After reading the data, copy it out in full and exactly.

*** Material shown Section Begins ***

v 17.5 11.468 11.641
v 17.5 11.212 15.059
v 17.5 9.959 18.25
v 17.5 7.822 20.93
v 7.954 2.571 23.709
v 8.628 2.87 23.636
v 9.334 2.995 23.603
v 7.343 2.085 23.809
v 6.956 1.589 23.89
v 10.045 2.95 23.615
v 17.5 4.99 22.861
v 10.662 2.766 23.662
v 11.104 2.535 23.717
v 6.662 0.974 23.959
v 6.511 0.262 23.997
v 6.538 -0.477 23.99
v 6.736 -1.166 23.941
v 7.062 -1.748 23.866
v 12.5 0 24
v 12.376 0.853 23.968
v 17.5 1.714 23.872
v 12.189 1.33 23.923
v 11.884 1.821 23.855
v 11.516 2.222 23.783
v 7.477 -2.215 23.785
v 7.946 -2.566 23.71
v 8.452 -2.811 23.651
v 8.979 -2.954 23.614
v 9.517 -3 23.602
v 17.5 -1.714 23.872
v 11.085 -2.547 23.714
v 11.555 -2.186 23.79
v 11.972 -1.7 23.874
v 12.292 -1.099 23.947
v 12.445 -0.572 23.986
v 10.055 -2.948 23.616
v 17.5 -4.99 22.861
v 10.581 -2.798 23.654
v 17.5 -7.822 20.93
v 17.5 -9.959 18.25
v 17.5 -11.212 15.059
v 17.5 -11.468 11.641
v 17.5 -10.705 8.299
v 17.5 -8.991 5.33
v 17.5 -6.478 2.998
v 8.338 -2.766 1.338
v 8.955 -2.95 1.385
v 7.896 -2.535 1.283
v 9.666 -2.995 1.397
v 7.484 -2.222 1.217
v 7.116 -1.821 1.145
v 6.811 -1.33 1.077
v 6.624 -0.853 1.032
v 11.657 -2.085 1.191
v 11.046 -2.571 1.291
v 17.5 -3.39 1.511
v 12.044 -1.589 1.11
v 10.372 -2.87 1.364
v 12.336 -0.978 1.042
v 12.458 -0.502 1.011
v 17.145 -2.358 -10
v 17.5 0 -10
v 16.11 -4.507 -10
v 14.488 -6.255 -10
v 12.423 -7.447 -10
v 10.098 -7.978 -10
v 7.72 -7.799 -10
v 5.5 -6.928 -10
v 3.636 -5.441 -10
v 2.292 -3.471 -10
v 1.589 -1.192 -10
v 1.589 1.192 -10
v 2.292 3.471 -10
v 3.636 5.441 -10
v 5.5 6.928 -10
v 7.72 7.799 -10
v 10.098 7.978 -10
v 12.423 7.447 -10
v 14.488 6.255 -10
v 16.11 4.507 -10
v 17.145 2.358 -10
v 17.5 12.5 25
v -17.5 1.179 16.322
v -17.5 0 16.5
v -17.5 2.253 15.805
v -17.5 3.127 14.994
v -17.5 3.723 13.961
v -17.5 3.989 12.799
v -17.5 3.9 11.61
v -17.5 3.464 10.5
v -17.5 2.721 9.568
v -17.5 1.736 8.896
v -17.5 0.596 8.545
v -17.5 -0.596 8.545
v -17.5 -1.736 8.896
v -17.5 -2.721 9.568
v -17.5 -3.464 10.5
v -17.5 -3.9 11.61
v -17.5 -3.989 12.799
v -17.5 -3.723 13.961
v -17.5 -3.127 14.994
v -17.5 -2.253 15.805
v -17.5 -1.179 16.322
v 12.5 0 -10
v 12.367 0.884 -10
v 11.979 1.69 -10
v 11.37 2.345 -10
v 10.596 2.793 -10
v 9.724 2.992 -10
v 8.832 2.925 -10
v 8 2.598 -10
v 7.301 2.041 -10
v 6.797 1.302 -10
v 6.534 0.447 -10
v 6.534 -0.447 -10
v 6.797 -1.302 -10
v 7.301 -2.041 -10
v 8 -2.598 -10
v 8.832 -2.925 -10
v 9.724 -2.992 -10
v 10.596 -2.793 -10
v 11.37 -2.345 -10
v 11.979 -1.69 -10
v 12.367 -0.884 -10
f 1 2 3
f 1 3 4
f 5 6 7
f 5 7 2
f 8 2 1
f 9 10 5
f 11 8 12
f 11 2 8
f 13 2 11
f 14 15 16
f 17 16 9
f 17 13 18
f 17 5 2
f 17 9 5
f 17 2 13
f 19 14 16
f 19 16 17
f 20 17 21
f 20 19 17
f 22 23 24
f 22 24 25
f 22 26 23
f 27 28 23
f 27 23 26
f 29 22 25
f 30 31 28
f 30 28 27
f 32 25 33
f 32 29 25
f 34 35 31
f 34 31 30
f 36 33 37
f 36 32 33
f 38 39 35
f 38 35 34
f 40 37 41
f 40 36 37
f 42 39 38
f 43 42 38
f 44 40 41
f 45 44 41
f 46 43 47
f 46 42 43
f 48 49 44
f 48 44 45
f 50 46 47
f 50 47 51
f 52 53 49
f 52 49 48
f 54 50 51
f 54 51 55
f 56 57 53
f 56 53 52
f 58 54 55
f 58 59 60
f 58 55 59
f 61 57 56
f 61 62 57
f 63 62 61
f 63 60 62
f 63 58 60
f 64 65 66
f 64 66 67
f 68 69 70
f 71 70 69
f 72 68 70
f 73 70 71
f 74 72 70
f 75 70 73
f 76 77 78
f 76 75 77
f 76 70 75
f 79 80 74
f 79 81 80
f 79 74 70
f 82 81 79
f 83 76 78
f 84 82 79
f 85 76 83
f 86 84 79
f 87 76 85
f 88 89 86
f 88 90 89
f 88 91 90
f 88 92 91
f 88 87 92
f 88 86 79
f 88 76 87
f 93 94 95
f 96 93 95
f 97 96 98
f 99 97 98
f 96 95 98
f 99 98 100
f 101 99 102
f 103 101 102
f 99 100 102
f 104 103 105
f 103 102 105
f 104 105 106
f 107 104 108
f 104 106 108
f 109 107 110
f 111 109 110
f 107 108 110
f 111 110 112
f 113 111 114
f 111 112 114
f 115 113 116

*** Material shown Section Ends ***

**Exercise response**
v 17.5 11.468 11.641
v 17.5 11.212 15.059
v 17.5 9.959 18.25
v 17.5 7.822 20.93
v 7.954 2.571 23.709
v 8.628 2.87 23.636
v 9.334 2.995 23.603
v 7.343 2.085 23.809
v 6.956 1.589 23.89
v 10.045 2.95 23.615
v 17.5 4.99 22.861
v 10.662 2.766 23.662
v 11.104 2.535 23.717
v 6.662 0.974 23.959
v 6.511 0.262 23.997
v 6.538 -0.477 23.99
v 6.736 -1.166 23.941
v 7.062 -1.748 23.866
v 12.5 0 24
v 12.376 0.853 23.968
v 17.5 1.714 23.872
v 12.189 1.33 23.923
v 11.884 1.821 23.855
v 11.516 2.222 23.783
v 7.477 -2.215 23.785
v 7.946 -2.566 23.71
v 8.452 -2.811 23.651
v 8.979 -2.954 23.614
v 9.517 -3 23.602
v 17.5 -1.714 23.872
v 11.085 -2.547 23.714
v 11.555 -2.186 23.79
v 11.972 -1.7 23.874
v 12.292 -1.099 23.947
v 12.445 -0.572 23.986
v 10.055 -2.948 23.616
v 17.5 -4.99 22.861
v 10.581 -2.798 23.654
v 17.5 -7.822 20.93
v 17.5 -9.959 18.25
v 17.5 -11.212 15.059
v 17.5 -11.468 11.641
v 17.5 -10.705 8.299
v 17.5 -8.991 5.33
v 17.5 -6.478 2.998
v 8.338 -2.766 1.338
v 8.955 -2.95 1.385
v 7.896 -2.535 1.283
v 9.666 -2.995 1.397
v 7.484 -2.222 1.217
v 7.116 -1.821 1.145
v 6.811 -1.33 1.077
v 6.624 -0.853 1.032
v 11.657 -2.085 1.191
v 11.046 -2.571 1.291
v 17.5 -3.39 1.511
v 12.044 -1.589 1.11
v 10.372 -2.87 1.364
v 12.336 -0.978 1.042
v 12.458 -0.502 1.011
v 17.145 -2.358 -10
v 17.5 0 -10
v 16.11 -4.507 -10
v 14.488 -6.255 -10
v 12.423 -7.447 -10
v 10.098 -7.978 -10
v 7.72 -7.799 -10
v 5.5 -6.928 -10
v 3.636 -5.441 -10
v 2.292 -3.471 -10
v 1.589 -1.192 -10
v 1.589 1.192 -10
v 2.292 3.471 -10
v 3.636 5.441 -10
v 5.5 6.928 -10
v 7.72 7.799 -10
v 10.098 7.978 -10
v 12.423 7.447 -10
v 14.488 6.255 -10
v 16.11 4.507 -10
v 17.145 2.358 -10
v 17.5 12.5 25
v -17.5 1.179 16.322
v -17.5 0 16.5
v -17.5 2.253 15.805
v -17.5 3.127 14.994
v -17.5 3.723 13.961
v -17.5 3.989 12.799
v -17.5 3.9 11.61
v -17.5 3.464 10.5
v -17.5 2.721 9.568
v -17.5 1.736 8.896
v -17.5 0.596 8.545
v -17.5 -0.596 8.545
v -17.5 -1.736 8.896
v -17.5 -2.721 9.568
v -17.5 -3.464 10.5
v -17.5 -3.9 11.61
v -17.5 -3.989 12.799
v -17.5 -3.723 13.961
v -17.5 -3.127 14.994
v -17.5 -2.253 15.805
v -17.5 -1.179 16.322
v 12.5 0 -10
v 12.367 0.884 -10
v 11.979 1.69 -10
v 11.37 2.345 -10
v 10.596 2.793 -10
v 9.724 2.992 -10
v 8.832 2.925 -10
v 8 2.598 -10
v 7.301 2.041 -10
v 6.797 1.302 -10
v 6.534 0.447 -10
v 6.534 -0.447 -10
v 6.797 -1.302 -10
v 7.301 -2.041 -10
v 8 -2.598 -10
v 8.832 -2.925 -10
v 9.724 -2.992 -10
v 10.596 -2.793 -10
v 11.37 -2.345 -10
v 11.979 -1.69 -10
v 12.367 -0.884 -10
f 1 2 3
f 1 3 4
f 5 6 7
f 5 7 2
f 8 2 1
f 9 10 5
f 11 8 12
f 11 2 8
f 13 2 11
f 14 15 16
f 17 16 9
f 17 13 18
f 17 5 2
f 17 9 5
f 17 2 13
f 19 14 16
f 19 16 17
f 20 17 21
f 20 19 17
f 22 23 24
f 22 24 25
f 22 26 23
f 27 28 23
f 27 23 26
f 29 22 25
f 30 31 28
f 30 28 27
f 32 25 33
f 32 29 25
f 34 35 31
f 34 31 30
f 36 33 37
f 36 32 33
f 38 39 35
f 38 35 34
f 40 37 41
f 40 36 37
f 42 39 38
f 43 42 38
f 44 40 41
f 45 44 41
f 46 43 47
f 46 42 43
f 48 49 44
f 48 44 45
f 50 46 47
f 50 47 51
f 52 53 49
f 52 49 48
f 54 50 51
f 54 51 55
f 56 57 53
f 56 53 52
f 58 54 55
f 58 59 60
f 58 55 59
f 61 57 56
f 61 62 57
f 63 62 61
f 63 60 62
f 63 58 60
f 64 65 66
f 64 66 67
f 68 69 70
f 71 70 69
f 72 68 70
f 73 70 71
f 74 72 70
f 75 70 73
f 76 77 78
f 76 75 77
f 76 70 75
f 79 80 74
f 79 81 80
f 79 74 70
f 82 81 79
f 83 76 78
f 84 82 79
f 85 76 83
f 86 84 79
f 87 76 85
f 88 89 86
f 88 90 89
f 88 91 90
f 88 92 91
f 88 87 92
f 88 86 79
f 88 76 87
f 93 94 95
f 96 93 95
f 97 96 98
f 99 97 98
f 96 95 98
f 99 98 100
f 101 99 102
f 103 101 102
f 99 100 102
f 104 103 105
f 103 102 105
f 104 105 106
f 107 104 108
f 104 106 108
f 109 107 110
f 111 109 110
f 107 108 110
f 111 110 112
f 113 111 114
f 111 112 114
f 115 113 116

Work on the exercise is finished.